The Dollar's debacle was halted after -1.5% on Tuesday, a spectacular fall that was accompanied by the biggest easing in rates since mid-March (T-Bonds erased -15Pts on Tuesday).

The $-Index recovered 0.33% to 104.25, while T-Bond yields eased +10pts to 4.542%, while the yen dropped -0.6% to 151.25 (Japanese growth fell -0.5% in Q-3 vs. Q2).

Symmetrically, the euro lost a few fractions (-0.25%) against the dollar after soaring +1.70% (to around 1.0890 the previous day), which seems logical in view of the negative signals multiplying in Europe: CVS industrial production fell by -1.1% in the eurozone and by -0.9% in the EU, according to estimates from Eurostat, the European Union's statistical office.
Industrial production fell by 6.9% in the Eurozone in September and by 6.1% in the EU.

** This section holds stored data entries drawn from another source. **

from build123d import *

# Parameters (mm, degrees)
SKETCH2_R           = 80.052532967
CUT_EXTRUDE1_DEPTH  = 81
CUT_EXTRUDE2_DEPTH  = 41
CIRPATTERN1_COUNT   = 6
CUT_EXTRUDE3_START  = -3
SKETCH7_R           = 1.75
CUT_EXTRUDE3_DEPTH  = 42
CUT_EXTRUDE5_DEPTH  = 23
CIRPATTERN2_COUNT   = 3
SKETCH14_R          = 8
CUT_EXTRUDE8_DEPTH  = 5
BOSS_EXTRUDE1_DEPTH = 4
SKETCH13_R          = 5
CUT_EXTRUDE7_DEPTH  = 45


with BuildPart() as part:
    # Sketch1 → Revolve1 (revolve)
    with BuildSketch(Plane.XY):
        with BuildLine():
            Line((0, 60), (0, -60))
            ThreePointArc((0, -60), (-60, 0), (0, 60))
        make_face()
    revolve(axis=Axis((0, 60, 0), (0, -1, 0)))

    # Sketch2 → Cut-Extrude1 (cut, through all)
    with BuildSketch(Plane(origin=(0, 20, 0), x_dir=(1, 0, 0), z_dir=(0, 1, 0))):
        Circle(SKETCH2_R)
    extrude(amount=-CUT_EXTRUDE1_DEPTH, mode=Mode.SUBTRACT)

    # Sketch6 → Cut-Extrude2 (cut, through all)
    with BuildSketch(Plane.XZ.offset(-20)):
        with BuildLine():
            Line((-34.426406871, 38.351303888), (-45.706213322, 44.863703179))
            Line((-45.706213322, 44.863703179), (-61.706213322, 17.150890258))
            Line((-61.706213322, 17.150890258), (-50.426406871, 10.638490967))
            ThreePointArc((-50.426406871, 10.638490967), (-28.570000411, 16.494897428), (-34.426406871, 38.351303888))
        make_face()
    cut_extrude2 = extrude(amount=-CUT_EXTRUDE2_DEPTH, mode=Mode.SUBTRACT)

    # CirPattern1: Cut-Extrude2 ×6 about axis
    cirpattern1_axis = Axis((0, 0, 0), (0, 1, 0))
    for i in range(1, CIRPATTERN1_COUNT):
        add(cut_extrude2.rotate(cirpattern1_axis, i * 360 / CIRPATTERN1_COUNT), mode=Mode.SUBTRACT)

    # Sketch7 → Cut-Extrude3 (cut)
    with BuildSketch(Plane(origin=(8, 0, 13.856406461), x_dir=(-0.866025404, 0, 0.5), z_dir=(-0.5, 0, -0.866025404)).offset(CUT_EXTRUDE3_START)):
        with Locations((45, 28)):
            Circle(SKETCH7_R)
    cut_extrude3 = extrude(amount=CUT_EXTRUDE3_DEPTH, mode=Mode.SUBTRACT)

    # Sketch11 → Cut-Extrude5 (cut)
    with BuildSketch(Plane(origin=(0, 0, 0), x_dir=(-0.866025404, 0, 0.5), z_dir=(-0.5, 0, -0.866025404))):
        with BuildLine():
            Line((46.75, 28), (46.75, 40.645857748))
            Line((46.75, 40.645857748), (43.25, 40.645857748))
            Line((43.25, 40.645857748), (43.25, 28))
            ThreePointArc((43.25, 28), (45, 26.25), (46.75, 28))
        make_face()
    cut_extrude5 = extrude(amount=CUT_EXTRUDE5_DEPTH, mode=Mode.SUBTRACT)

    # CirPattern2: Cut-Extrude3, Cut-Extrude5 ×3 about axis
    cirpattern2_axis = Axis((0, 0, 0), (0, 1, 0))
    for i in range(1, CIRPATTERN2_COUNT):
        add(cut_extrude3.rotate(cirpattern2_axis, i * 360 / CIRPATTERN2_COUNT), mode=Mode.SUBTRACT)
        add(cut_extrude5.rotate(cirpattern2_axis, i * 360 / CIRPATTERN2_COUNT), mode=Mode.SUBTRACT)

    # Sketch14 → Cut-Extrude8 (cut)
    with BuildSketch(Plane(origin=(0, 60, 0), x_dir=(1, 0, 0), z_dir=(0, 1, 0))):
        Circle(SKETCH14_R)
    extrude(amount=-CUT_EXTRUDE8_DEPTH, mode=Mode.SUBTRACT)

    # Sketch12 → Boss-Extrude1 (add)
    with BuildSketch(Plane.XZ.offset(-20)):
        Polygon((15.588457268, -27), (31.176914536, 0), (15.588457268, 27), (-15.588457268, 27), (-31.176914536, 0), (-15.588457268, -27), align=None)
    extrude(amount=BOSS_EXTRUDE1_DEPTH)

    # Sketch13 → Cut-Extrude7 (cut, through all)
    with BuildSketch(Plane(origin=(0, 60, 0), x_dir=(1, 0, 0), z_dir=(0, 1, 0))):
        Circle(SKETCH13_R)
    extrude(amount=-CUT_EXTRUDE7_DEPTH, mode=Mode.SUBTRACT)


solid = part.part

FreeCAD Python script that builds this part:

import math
import FreeCAD as App
import Part
import Sketcher

V = App.Vector
Q = App.Units.Quantity


def add_polygon(sketch, points):
    """Adds a closed chain of lines whose ends are joined by coincident constraints."""
    first, n = sketch.GeometryCount, len(points)
    for a, b in zip(points, points[1:] + points[:1]):
        sketch.addGeometry(Part.LineSegment(App.Vector(*a, 0), App.Vector(*b, 0)), False)
    for i in range(n):
        sketch.addConstraint(Sketcher.Constraint("Coincident", first + i, 2, first + (i + 1) % n, 1))

doc = App.newDocument("Part")
params = doc.addObject("Spreadsheet::Sheet", "Params")
for row, (alias, value) in enumerate([
    ("sketch1_radius", "60 mm"),
    ("revolution_angle", "360 deg"),
    ("sketch3_radius", "16 mm"),
    ("sketch4_diameter", "3.5 mm"),
    ("pocket3_length", "42 mm"),
    ("sketch5_radius", "1.75 mm"),
    ("pocket4_length", "23 mm"),
    ("sketch6_diameter", "16 mm"),
    ("pocket5_length", "5 mm"),
    ("pad1_length", "4 mm"),
    ("sketch8_diameter", "10 mm"),
], start=1):
    params.set(f"A{row}", alias)
    params.set(f"B{row}", "=" + value)
    params.setAlias(f"B{row}", alias)

body = doc.addObject("PartDesign::Body", "Body")

sketch1 = body.newObject("Sketcher::SketchObject", "Sketch")
sketch1.AttachmentSupport = (doc.getObject("XY_Plane"), [""])
sketch1.MapMode = "FlatFace"
sketch1.addGeometry(Part.LineSegment(V(0, -60, 0), V(0, 60, 0)), False)
sketch1.addGeometry(Part.ArcOfCircle(Part.Circle(V(0, 0, 0), V(0, 0, 1), 60), math.radians(90), math.radians(270)), False)
sketch1.addConstraint(Sketcher.Constraint("Coincident", 0, 1, 1, 2))
sketch1.addConstraint(Sketcher.Constraint("Coincident", 1, 1, 0, 2))
sketch1.addConstraint(Sketcher.Constraint("Vertical", 0))
sketch1.addConstraint(Sketcher.Constraint("Coincident", 1, 3, -1, 1))
sketch1.addConstraint(Sketcher.Constraint("PointOnObject", 0, 1, -2))
sketch1.addConstraint(Sketcher.Constraint("Radius", 1, Q("60 mm")))
sketch1.setExpression("Constraints[5]", "Params.sketch1_radius")
revolution = body.newObject("PartDesign::Revolution", "Revolution")
revolution.Profile = sketch1
revolution.ReferenceAxis = (sketch1, ["V_Axis"])
revolution.setExpression("Angle", "Params.revolution_angle")

sketch2 = body.newObject("Sketcher::SketchObject", "Sketch001")
sketch2.AttachmentSupport = (doc.getObject("XZ_Plane"), [""])
sketch2.MapMode = "FlatFace"
sketch2.AttachmentOffset = App.Placement(V(0, 0, -20), App.Rotation())
sketch2.addGeometry(Part.Circle(V(0, 0, 0), V(0, 0, 1), 80), False)
sketch2.addConstraint(Sketcher.Constraint("Coincident", 0, 3, -1, 1))
sketch2.addConstraint(Sketcher.Constraint("Diameter", 0, Q("160.105066 mm")))
pocket1 = body.newObject("PartDesign::Pocket", "Pocket")
pocket1.Profile = sketch2
pocket1.Type = "ThroughAll"
pocket1.Reversed = True

sketch3 = body.newObject("Sketcher::SketchObject", "Sketch002")
sketch3.AttachmentSupport = (doc.getObject("XZ_Plane"), [""])
sketch3.MapMode = "FlatFace"
sketch3.AttachmentOffset = App.Placement(V(0, 0, -20), App.Rotation())
sketch3.addGeometry(Part.LineSegment(V(-34, 38, 0), V(-46, 45, 0)), False)
sketch3.addGeometry(Part.LineSegment(V(-46, 45, 0), V(-62, 17, 0)), False)
sketch3.addGeometry(Part.LineSegment(V(-62, 17, 0), V(-50, 11, 0)), False)
sketch3.addGeometry(Part.ArcOfCircle(Part.Circle(V(-42, 24, 0), V(0, 0, 1), 16), math.radians(-120), math.radians(60)), False)
sketch3.addConstraint(Sketcher.Constraint("Coincident", 0, 2, 1, 1))
sketch3.addConstraint(Sketcher.Constraint("Coincident", 1, 2, 2, 1))
sketch3.addConstraint(Sketcher.Constraint("Tangent", 2, 2, 3, 1))
sketch3.addConstraint(Sketcher.Constraint("Tangent", 3, 2, 0, 1))
sketch3.addConstraint(Sketcher.Constraint("Perpendicular", 0, 1))
sketch3.addConstraint(Sketcher.Constraint("Perpendicular", 1, 2))
sketch3.addConstraint(Sketcher.Constraint("Radius", 3, Q("16 mm")))
sketch3.addConstraint(Sketcher.Constraint("Angle", 0, Q("150 deg")))
sketch3.addConstraint(Sketcher.Constraint("Distance", 0, Q("13.024799 mm")))
sketch3.addConstraint(Sketcher.Constraint("DistanceY", -1, 1, 1, 2, Q("17.15089 mm")))
sketch3.addConstraint(Sketcher.Constraint("DistanceX", 3, 3, -1, 1, Q("42.426407 mm")))
sketch3.setExpression("Constraints[6]", "Params.sketch3_radius")
pocket2 = body.newObject("PartDesign::Pocket", "Pocket001")
pocket2.Profile = sketch3
pocket2.Type = "ThroughAll"
doc.recompute()

polarpattern = body.newObject("PartDesign::PolarPattern", "PolarPattern")
polarpattern.Originals = [pocket2]
polarpattern.Axis = (doc.getObject("Y_Axis"), [""])
polarpattern.Angle = 360
polarpattern.Occurrences = 6
body.Tip = polarpattern

sketch4 = body.newObject("Sketcher::SketchObject", "Sketch003")
sketch4.Placement = App.Placement(V(9.5, 0, 16.454483), App.Rotation(V(-0.866025404, 0, 0.5), V(0, 1, 0), V(-0.5, 0, -0.866025404), "ZXY"))
sketch4.addGeometry(Part.Circle(V(45, 28, 0), V(0, 0, 1), 1.8), False)
sketch4.addConstraint(Sketcher.Constraint("Diameter", 0, Q("3.5 mm")))
sketch4.addConstraint(Sketcher.Constraint("DistanceX", -1, 1, 0, 3, Q("45 mm")))
sketch4.addConstraint(Sketcher.Constraint("DistanceY", -1, 1, 0, 3, Q("28 mm")))
sketch4.setExpression("Constraints[0]", "Params.sketch4_diameter")
pocket3 = body.newObject("PartDesign::Pocket", "Pocket002")
pocket3.Profile = sketch4
pocket3.setExpression("Length", "Params.pocket3_length")
pocket3.Reversed = True

sketch5 = body.newObject("Sketcher::SketchObject", "Sketch004")
sketch5.Placement = App.Placement(V(0, 0, 0), App.Rotation(V(-0.866025404, 0, 0.5), V(0, 1, 0), V(-0.5, 0, -0.866025404), "ZXY"))
sketch5.addGeometry(Part.LineSegment(V(46.8, 28, 0), V(46.8, 40.6, 0)), False)
sketch5.addGeometry(Part.LineSegment(V(46.8, 40.6, 0), V(43.3, 40.6, 0)), False)
sketch5.addGeometry(Part.LineSegment(V(43.3, 40.6, 0), V(43.3, 28, 0)), False)
sketch5.addGeometry(Part.ArcOfCircle(Part.Circle(V(45, 28, 0), V(0, 0, 1), 1.8), math.radians(180), math.radians(360)), False)
sketch5.addConstraint(Sketcher.Constraint("Coincident", 0, 2, 1, 1))
sketch5.addConstraint(Sketcher.Constraint("Coincident", 1, 2, 2, 1))
sketch5.addConstraint(Sketcher.Constraint("Tangent", 2, 2, 3, 1))
sketch5.addConstraint(Sketcher.Constraint("Tangent", 3, 2, 0, 1))
sketch5.addConstraint(Sketcher.Constraint("Vertical", 0))
sketch5.addConstraint(Sketcher.Constraint("Horizontal", 1))
sketch5.addConstraint(Sketcher.Constraint("Vertical", 2))
sketch5.addConstraint(Sketcher.Constraint("Radius", 3, Q("1.75 mm")))
sketch5.addConstraint(Sketcher.Constraint("DistanceX", -1, 1, 3, 3, Q("45 mm")))
sketch5.addConstraint(Sketcher.Constraint("DistanceY", -1, 1, 3, 3, Q("28 mm")))
sketch5.addConstraint(Sketcher.Constraint("DistanceY", 0, 1, 0, 2, Q("12.645858 mm")))
sketch5.setExpression("Constraints[7]", "Params.sketch5_radius")
pocket4 = body.newObject("PartDesign::Pocket", "Pocket003")
pocket4.Profile = sketch5
pocket4.setExpression("Length", "Params.pocket4_length")
pocket4.Reversed = True
doc.recompute()

polarpattern2 = body.newObject("PartDesign::PolarPattern", "PolarPattern001")
polarpattern2.Originals = [pocket3, pocket4]
polarpattern2.Axis = (doc.getObject("Y_Axis"), [""])
polarpattern2.Angle = 360
polarpattern2.Occurrences = 3
body.Tip = polarpattern2

sketch6 = body.newObject("Sketcher::SketchObject", "Sketch005")
sketch6.AttachmentSupport = (doc.getObject("XZ_Plane"), [""])
sketch6.MapMode = "FlatFace"
sketch6.AttachmentOffset = App.Placement(V(0, 0, -60), App.Rotation())
sketch6.addGeometry(Part.Circle(V(0, 0, 0), V(0, 0, 1), 8), False)
sketch6.addConstraint(Sketcher.Constraint("Coincident", 0, 3, -1, 1))
sketch6.addConstraint(Sketcher.Constraint("Diameter", 0, Q("16 mm")))
sketch6.setExpression("Constraints[1]", "Params.sketch6_diameter")
pocket5 = body.newObject("PartDesign::Pocket", "Pocket004")
pocket5.Profile = sketch6
pocket5.setExpression("Length", "Params.pocket5_length")
pocket5.Reversed = True

sketch7 = body.newObject("Sketcher::SketchObject", "Sketch006")
sketch7.AttachmentSupport = (doc.getObject("XZ_Plane"), [""])
sketch7.MapMode = "FlatFace"
sketch7.AttachmentOffset = App.Placement(V(0, 0, -20), App.Rotation())
add_polygon(sketch7, [(16, -27), (31, 0), (16, 27), (-16, 27), (-31, 0), (-16, -27)])
sketch7.addConstraint(Sketcher.Constraint("Horizontal", 2))
sketch7.addConstraint(Sketcher.Constraint("Horizontal", 5))
sketch7.addConstraint(Sketcher.Constraint("Symmetric", 0, 2, 3, 2, -1, 1))
sketch7.addConstraint(Sketcher.Constraint("Symmetric", 1, 2, 4, 2, -1, 1))
sketch7.addConstraint(Sketcher.Constraint("PointOnObject", 0, 2, -1))
sketch7.addConstraint(Sketcher.Constraint("Parallel", 0, 3))
sketch7.addConstraint(Sketcher.Constraint("Vertical", 2, 2, 4, 2))
sketch7.addConstraint(Sketcher.Constraint("Angle", 0, Q("60 deg")))
sketch7.addConstraint(Sketcher.Constraint("DistanceY", -1, 1, 1, 2, Q("27 mm")))
sketch7.addConstraint(Sketcher.Constraint("DistanceX", 2, 2, 2, 1, Q("31.176915 mm")))
pad1 = body.newObject("PartDesign::Pad", "Pad")
pad1.Profile = sketch7
pad1.setExpression("Length", "Params.pad1_length")

sketch8 = body.newObject("Sketcher::SketchObject", "Sketch007")
sketch8.AttachmentSupport = (doc.getObject("XZ_Plane"), [""])
sketch8.MapMode = "FlatFace"
sketch8.AttachmentOffset = App.Placement(V(0, 0, -60), App.Rotation())
sketch8.addGeometry(Part.Circle(V(0, 0, 0), V(0, 0, 1), 5), False)
sketch8.addConstraint(Sketcher.Constraint("Coincident", 0, 3, -1, 1))
sketch8.addConstraint(Sketcher.Constraint("Diameter", 0, Q("10 mm")))
sketch8.setExpression("Constraints[1]", "Params.sketch8_diameter")
pocket6 = body.newObject("PartDesign::Pocket", "Pocket005")
pocket6.Profile = sketch8
pocket6.Type = "ThroughAll"
pocket6.Reversed = True

doc.recompute()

Economists in Brussels now expect Eurozone GDP to grow by 0.6% in 2023, compared with the previous estimate of +0.8%, while inflation has been revised upwards from +2.9 to +3.2% in 2024.
Germany, for its part, could experience a contraction of -0.3% this year, compared with 0.2% previously.
In France, reservations for new housing collapsed by -40% in Q3 compared with 2022, to just 16,000 deliverable units.
The unemployment rate rose by +0.2% to 7.4% in October (category A) and the 'all categories' rate flirted with 17% (16.9%).

The Pound lost -0.65% to $1.2415, while British inflation (4.6% vs. 6.7% in September) fell in October to its lowest level since 2021, bringing it closer to the Bank of England's target and giving consumers some breathing space.
Italy did even better with +1.7%, but this was accompanied by a slowdown in the economy.

On the US statistics front, retail sales in the USA fell by 0.1% in October compared with the previous month (+0.9%).

Excluding automobiles and fuels - the component of the statistics that best corresponds to the measure of consumption used in calculating GDP - retail sales rose by 0.1%.
Automobile sales were down 1% in October compared with September, while gas station sales were down 0.3%.

The positive surprise came from the Empire State index calculated by the New York Fed, which climbed +14pts to a positive 9.1 in November.
But beware: the 'outlook' fell sharply, with companies no longer expecting conditions to improve over the next six months.